Getting Lucky Page 19
As soon as he was standing, Jake said, “I’ve had lots of practice stitching up my old man. I can fix that wound right up. Let’s get you back to my place.”
Together they slipped from the backyard, walking fast. They kept up the pace until they’d reached Main Street. When they were standing in front of Two Moons, Sean stopped suddenly.
“What is it?” she asked, her heart pounding fast and unsteady. Had she really just done all of that? Had she really just stood up to her father, a mobster—and gained Sean’s freedom?
Yes, yes she had.
It was unsettling. Scary. Liberating.
And, although it was going to take some time to sort through all of the feelings running through her at the moment, she knew deep down that she’d done the right thing. Standing there in the sunshine with Sean, alive and together, was proof of that.

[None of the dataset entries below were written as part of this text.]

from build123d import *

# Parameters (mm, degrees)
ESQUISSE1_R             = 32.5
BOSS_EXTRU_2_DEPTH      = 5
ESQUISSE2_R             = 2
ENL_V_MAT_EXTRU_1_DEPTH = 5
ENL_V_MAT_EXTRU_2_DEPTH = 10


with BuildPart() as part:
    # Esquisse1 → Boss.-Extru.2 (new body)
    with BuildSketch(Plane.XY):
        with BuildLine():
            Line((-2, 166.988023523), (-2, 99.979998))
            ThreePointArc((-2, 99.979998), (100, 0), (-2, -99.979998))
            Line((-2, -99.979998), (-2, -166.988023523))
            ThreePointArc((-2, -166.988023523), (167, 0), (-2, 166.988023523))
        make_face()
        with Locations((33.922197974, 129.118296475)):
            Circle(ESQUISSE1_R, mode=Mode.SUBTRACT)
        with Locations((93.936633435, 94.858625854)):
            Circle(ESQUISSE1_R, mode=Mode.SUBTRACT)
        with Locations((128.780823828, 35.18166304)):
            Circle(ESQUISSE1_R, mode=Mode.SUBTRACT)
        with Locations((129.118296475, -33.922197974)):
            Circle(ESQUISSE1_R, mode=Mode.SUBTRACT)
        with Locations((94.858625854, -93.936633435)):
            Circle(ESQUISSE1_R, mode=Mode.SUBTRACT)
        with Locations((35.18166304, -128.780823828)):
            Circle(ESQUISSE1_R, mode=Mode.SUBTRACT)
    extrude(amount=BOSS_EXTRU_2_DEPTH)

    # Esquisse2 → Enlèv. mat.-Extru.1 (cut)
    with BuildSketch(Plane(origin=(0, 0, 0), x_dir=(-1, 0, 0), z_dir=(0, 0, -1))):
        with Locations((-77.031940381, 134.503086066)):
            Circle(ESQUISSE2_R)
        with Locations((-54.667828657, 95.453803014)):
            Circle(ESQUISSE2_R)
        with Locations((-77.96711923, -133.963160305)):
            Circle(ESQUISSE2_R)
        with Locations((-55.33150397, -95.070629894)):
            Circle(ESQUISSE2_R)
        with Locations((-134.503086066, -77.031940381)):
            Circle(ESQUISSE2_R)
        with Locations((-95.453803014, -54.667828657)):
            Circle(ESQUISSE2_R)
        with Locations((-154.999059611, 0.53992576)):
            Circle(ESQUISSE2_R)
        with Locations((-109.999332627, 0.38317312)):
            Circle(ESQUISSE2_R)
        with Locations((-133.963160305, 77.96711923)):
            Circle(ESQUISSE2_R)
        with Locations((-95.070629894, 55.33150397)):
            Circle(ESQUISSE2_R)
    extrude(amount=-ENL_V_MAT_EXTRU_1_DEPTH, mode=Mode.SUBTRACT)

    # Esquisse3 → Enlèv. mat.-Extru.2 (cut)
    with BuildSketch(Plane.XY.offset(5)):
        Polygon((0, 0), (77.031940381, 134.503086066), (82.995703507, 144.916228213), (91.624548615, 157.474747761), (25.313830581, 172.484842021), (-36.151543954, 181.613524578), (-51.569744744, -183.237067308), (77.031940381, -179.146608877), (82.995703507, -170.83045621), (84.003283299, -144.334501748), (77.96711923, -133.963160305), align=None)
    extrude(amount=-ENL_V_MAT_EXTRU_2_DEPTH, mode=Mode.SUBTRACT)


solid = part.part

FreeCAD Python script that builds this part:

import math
import FreeCAD as App
import Part
import Sketcher

doc = App.newDocument("Part")
body = doc.addObject("PartDesign::Body", "Body")

# Sketch on XY plane
sketch1 = body.newObject("Sketcher::SketchObject", "Sketch")
sketch1.AttachmentSupport = (doc.getObject("XY_Plane"), [""])
sketch1.MapMode = "FlatFace"
sketch1.addGeometry(Part.LineSegment(App.Vector(-2, 167, 0), App.Vector(-2, 100, 0)), False)
sketch1.addGeometry(Part.ArcOfCircle(Part.Circle(App.Vector(0, 0, 0), App.Vector(0, 0, 1), 100), math.radians(-91), math.radians(91)), False)
sketch1.addGeometry(Part.LineSegment(App.Vector(-2, -100, 0), App.Vector(-2, -167, 0)), False)
sketch1.addGeometry(Part.ArcOfCircle(Part.Circle(App.Vector(0, 0, 0), App.Vector(0, 0, 1), 167), math.radians(-91), math.radians(91)), False)
sketch1.addGeometry(Part.Circle(App.Vector(35, -129, 0), App.Vector(0, 0, 1), 32), False)
sketch1.addGeometry(Part.Circle(App.Vector(95, -94, 0), App.Vector(0, 0, 1), 32), False)
sketch1.addGeometry(Part.Circle(App.Vector(129, -34, 0), App.Vector(0, 0, 1), 32), False)
sketch1.addGeometry(Part.Circle(App.Vector(34, 129, 0), App.Vector(0, 0, 1), 32), False)
sketch1.addGeometry(Part.Circle(App.Vector(129, 35, 0), App.Vector(0, 0, 1), 32), False)
sketch1.addGeometry(Part.Circle(App.Vector(94, 95, 0), App.Vector(0, 0, 1), 32), False)
sketch1.addConstraint(Sketcher.Constraint("Coincident", 0, 2, 1, 2))
sketch1.addConstraint(Sketcher.Constraint("Coincident", 1, 1, 2, 1))
sketch1.addConstraint(Sketcher.Constraint("Coincident", 2, 2, 3, 1))
sketch1.addConstraint(Sketcher.Constraint("Coincident", 3, 2, 0, 1))
sketch1.addConstraint(Sketcher.Constraint("Vertical", 0))
sketch1.addConstraint(Sketcher.Constraint("Vertical", 2))
sketch1.addConstraint(Sketcher.Constraint("Coincident", 1, 3, -1, 1))
sketch1.addConstraint(Sketcher.Constraint("Coincident", 3, 3, -1, 1))
sketch1.addConstraint(Sketcher.Constraint("Equal", 4, 5))
sketch1.addConstraint(Sketcher.Constraint("Equal", 5, 6))
sketch1.addConstraint(Sketcher.Constraint("Equal", 6, 7))
sketch1.addConstraint(Sketcher.Constraint("Equal", 7, 8))
sketch1.addConstraint(Sketcher.Constraint("Equal", 8, 9))
sketch1.addConstraint(Sketcher.Constraint("Vertical", 0, 2, 1, 1))
sketch1.addConstraint(Sketcher.Constraint("Diameter", 4, 65.0))
sketch1.addConstraint(Sketcher.Constraint("Radius", 1, 100.0))
sketch1.addConstraint(Sketcher.Constraint("Radius", 3, 167.0))
sketch1.addConstraint(Sketcher.Constraint("DistanceX", 0, 2, -1, 1, 2.0))
sketch1.addConstraint(Sketcher.Constraint("DistanceX", 7, 3, 6, 3, 95.196099))
sketch1.addConstraint(Sketcher.Constraint("DistanceY", 0, 2, 7, 3, 29.138298))
sketch1.addConstraint(Sketcher.Constraint("DistanceY", 1, 1, 6, 3, 66.0578))
sketch1.addConstraint(Sketcher.Constraint("DistanceY", 2, 2, 4, 3, 38.2072))
sketch1.addConstraint(Sketcher.Constraint("DistanceY", 4, 3, 5, 3, 34.84419))
sketch1.addConstraint(Sketcher.Constraint("DistanceX", 5, 3, 6, 3, 34.259671))
sketch1.addConstraint(Sketcher.Constraint("DistanceY", 6, 3, 8, 3, 69.103861))
sketch1.addConstraint(Sketcher.Constraint("DistanceY", 9, 3, 7, 3, 34.259671))
sketch1.addConstraint(Sketcher.Constraint("DistanceX", 9, 3, 8, 3, 34.84419))
sketch1.addConstraint(Sketcher.Constraint("DistanceX", -1, 1, 4, 3, 35.181663))
sketch1.addConstraint(Sketcher.Constraint("DistanceX", -1, 1, 5, 3, 94.858626))
sketch1.addConstraint(Sketcher.Constraint("DistanceX", -1, 1, 8, 3, 128.780824))
pad1 = body.newObject("PartDesign::Pad", "Pad")
pad1.Profile = sketch1
pad1.Length = 5

# Sketch on XY plane
sketch2 = body.newObject("Sketcher::SketchObject", "Sketch001")
sketch2.AttachmentSupport = (doc.getObject("XY_Plane"), [""])
sketch2.MapMode = "FlatFace"
sketch2.addGeometry(Part.Circle(App.Vector(77, 134.5, 0), App.Vector(0, 0, 1), 2), False)
sketch2.addGeometry(Part.Circle(App.Vector(54.7, 95.5, 0), App.Vector(0, 0, 1), 2), False)
sketch2.addGeometry(Part.Circle(App.Vector(78, -134, 0), App.Vector(0, 0, 1), 2), False)
sketch2.addGeometry(Part.Circle(App.Vector(55.3, -95.1, 0), App.Vector(0, 0, 1), 2), False)
sketch2.addGeometry(Part.Circle(App.Vector(134.5, -77, 0), App.Vector(0, 0, 1), 2), False)
sketch2.addGeometry(Part.Circle(App.Vector(95.5, -54.7, 0), App.Vector(0, 0, 1), 2), False)
sketch2.addGeometry(Part.Circle(App.Vector(155, 0.5, 0), App.Vector(0, 0, 1), 2), False)
sketch2.addGeometry(Part.Circle(App.Vector(110, 0.4, 0), App.Vector(0, 0, 1), 2), False)
sketch2.addGeometry(Part.Circle(App.Vector(134, 78, 0), App.Vector(0, 0, 1), 2), False)
sketch2.addGeometry(Part.Circle(App.Vector(95.1, 55.3, 0), App.Vector(0, 0, 1), 2), False)
sketch2.addConstraint(Sketcher.Constraint("Equal", 0, 1))
sketch2.addConstraint(Sketcher.Constraint("Equal", 1, 2))
sketch2.addConstraint(Sketcher.Constraint("Equal", 2, 3))
sketch2.addConstraint(Sketcher.Constraint("Equal", 3, 4))
sketch2.addConstraint(Sketcher.Constraint("Equal", 4, 5))
sketch2.addConstraint(Sketcher.Constraint("Equal", 5, 6))
sketch2.addConstraint(Sketcher.Constraint("Equal", 6, 7))
sketch2.addConstraint(Sketcher.Constraint("Equal", 7, 8))
sketch2.addConstraint(Sketcher.Constraint("Equal", 8, 9))
sketch2.addConstraint(Sketcher.Constraint("Diameter", 0, 4.0))
sketch2.addConstraint(Sketcher.Constraint("DistanceY", 5, 3, 7, 3, 55.051002))
sketch2.addConstraint(Sketcher.Constraint("DistanceX", 3, 3, 5, 3, 40.122299))
sketch2.addConstraint(Sketcher.Constraint("DistanceY", 3, 3, 5, 3, 40.402801))
sketch2.addConstraint(Sketcher.Constraint("DistanceX", 8, 3, 6, 3, 21.035899))
sketch2.addConstraint(Sketcher.Constraint("DistanceX", 1, 3, 9, 3, 40.402801))
sketch2.addConstraint(Sketcher.Constraint("DistanceY", 9, 3, 1, 3, 40.122299))
sketch2.addConstraint(Sketcher.Constraint("DistanceX", -1, 1, 0, 3, 77.03194))
sketch2.addConstraint(Sketcher.Constraint("DistanceX", -1, 1, 1, 3, 54.667829))
sketch2.addConstraint(Sketcher.Constraint("DistanceX", -1, 1, 2, 3, 77.967119))
sketch2.addConstraint(Sketcher.Constraint("DistanceY", 2, 3, -1, 1, 133.96316))
sketch2.addConstraint(Sketcher.Constraint("DistanceY", 3, 3, -1, 1, 95.07063))
sketch2.addConstraint(Sketcher.Constraint("DistanceY", 4, 3, -1, 1, 77.03194))
sketch2.addConstraint(Sketcher.Constraint("DistanceX", -1, 1, 6, 3, 154.99906))
sketch2.addConstraint(Sketcher.Constraint("DistanceY", -1, 1, 8, 3, 77.967119))
sketch2.addConstraint(Sketcher.Constraint("DistanceY", 5, 3, 1, 3, 150.121632))
sketch2.addConstraint(Sketcher.Constraint("DistanceX", 5, 3, 7, 3, 14.54553))
sketch2.addConstraint(Sketcher.Constraint("DistanceY", 6, 3, 9, 3, 54.791578))
sketch2.addConstraint(Sketcher.Constraint("DistanceY", -1, 1, 0, 3, 134.503086))
sketch2.addConstraint(Sketcher.Constraint("DistanceX", -1, 1, 3, 3, 55.331504))
sketch2.addConstraint(Sketcher.Constraint("DistanceX", -1, 1, 4, 3, 134.503086))
pocket1 = body.newObject("PartDesign::Pocket", "Pocket")
pocket1.Profile = sketch2
pocket1.Length = 5
pocket1.Reversed = True

# Sketch on XY plane
sketch3 = body.newObject("Sketcher::SketchObject", "Sketch002")
sketch3.AttachmentSupport = (doc.getObject("XY_Plane"), [""])
sketch3.MapMode = "FlatFace"
sketch3.AttachmentOffset = App.Placement(App.Vector(0, 0, 5), App.Rotation())
sketch3.addGeometry(Part.LineSegment(App.Vector(0, 0, 0), App.Vector(77, 135, 0)), False)
sketch3.addGeometry(Part.LineSegment(App.Vector(77, 135, 0), App.Vector(83, 145, 0)), False)
sketch3.addGeometry(Part.LineSegment(App.Vector(83, 145, 0), App.Vector(92, 157, 0)), False)
sketch3.addGeometry(Part.LineSegment(App.Vector(92, 157, 0), App.Vector(25, 172, 0)), False)
sketch3.addGeometry(Part.LineSegment(App.Vector(25, 172, 0), App.Vector(-36, 182, 0)), False)
sketch3.addGeometry(Part.LineSegment(App.Vector(-36, 182, 0), App.Vector(-52, -183, 0)), False)
sketch3.addGeometry(Part.LineSegment(App.Vector(-52, -183, 0), App.Vector(77, -179, 0)), False)
sketch3.addGeometry(Part.LineSegment(App.Vector(77, -179, 0), App.Vector(83, -171, 0)), False)
sketch3.addGeometry(Part.LineSegment(App.Vector(83, -171, 0), App.Vector(84, -144, 0)), False)
sketch3.addGeometry(Part.LineSegment(App.Vector(84, -144, 0), App.Vector(78, -134, 0)), False)
sketch3.addGeometry(Part.LineSegment(App.Vector(78, -134, 0), App.Vector(0, 0, 0)), False)
sketch3.addConstraint(Sketcher.Constraint("Coincident", 0, 2, 1, 1))
sketch3.addConstraint(Sketcher.Constraint("Coincident", 1, 2, 2, 1))
sketch3.addConstraint(Sketcher.Constraint("Coincident", 2, 2, 3, 1))
sketch3.addConstraint(Sketcher.Constraint("Coincident", 3, 2, 4, 1))
sketch3.addConstraint(Sketcher.Constraint("Coincident", 4, 2, 5, 1))
sketch3.addConstraint(Sketcher.Constraint("Coincident", 5, 2, 6, 1))
sketch3.addConstraint(Sketcher.Constraint("Coincident", 6, 2, 7, 1))
sketch3.addConstraint(Sketcher.Constraint("Coincident", 7, 2, 8, 1))
sketch3.addConstraint(Sketcher.Constraint("Coincident", 8, 2, 9, 1))
sketch3.addConstraint(Sketcher.Constraint("Coincident", 9, 2, 10, 1))
sketch3.addConstraint(Sketcher.Constraint("Coincident", 10, 2, 0, 1))
sketch3.addConstraint(Sketcher.Constraint("Coincident", 10, 2, -1, 1))
sketch3.addConstraint(Sketcher.Constraint("Parallel", 0, 1))
sketch3.addConstraint(Sketcher.Constraint("Parallel", 9, 10))
sketch3.addConstraint(Sketcher.Constraint("Vertical", 0, 2, 6, 2))
sketch3.addConstraint(Sketcher.Constraint("Vertical", 1, 2, 7, 2))
sketch3.addConstraint(Sketcher.Constraint("Equal", 1, 9))
sketch3.addConstraint(Sketcher.Constraint("Equal", 0, 10))
sketch3.addConstraint(Sketcher.Constraint("Distance", 0, 155.0))
sketch3.addConstraint(Sketcher.Constraint("Distance", 1, 12.0))
sketch3.addConstraint(Sketcher.Constraint("DistanceY", 8, 2, -1, 1, 144.334502))
sketch3.addConstraint(Sketcher.Constraint("DistanceX", 5, 2, 4, 2, 15.418201))
sketch3.addConstraint(Sketcher.Constraint("Distance", 3, 67.988339))
sketch3.addConstraint(Sketcher.Constraint("Distance", 4, 62.139562))
sketch3.addConstraint(Sketcher.Constraint("Distance", 6, 128.666722))
sketch3.addConstraint(Sketcher.Constraint("DistanceX", -1, 1, 0, 2, 77.03194))
sketch3.addConstraint(Sketcher.Constraint("DistanceX", -1, 1, 2, 2, 91.624549))
sketch3.addConstraint(Sketcher.Constraint("DistanceX", -1, 1, 3, 2, 25.313831))
sketch3.addConstraint(Sketcher.Constraint("DistanceY", 6, 2, -1, 1, 179.146609))
sketch3.addConstraint(Sketcher.Constraint("DistanceY", 1, 2, 2, 2, 12.55852))
sketch3.addConstraint(Sketcher.Constraint("DistanceY", 0, 2, 4, 2, 47.110439))
sketch3.addConstraint(Sketcher.Constraint("DistanceY", 5, 2, 7, 2, 12.406611))
pocket2 = body.newObject("PartDesign::Pocket", "Pocket001")
pocket2.Profile = sketch3
pocket2.Length = 10

doc.recompute()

He pulled her close. She loved the feel of his arms around her. In fact, she could get used to it for, oh, she didn’t know—the rest of her life. God, she loved this man. Truly. Deeply.
“Shannon?”
She snuggled closer. “Yes?”
“Thank you.”
“I love you.” It was that simple.
“Me too,” he said soft and sweet against her ear.
Butterflies launched in her tummy, but she couldn’t help teasing because she wanted to hear the words. “That’s not proper reciprocity, Sean.”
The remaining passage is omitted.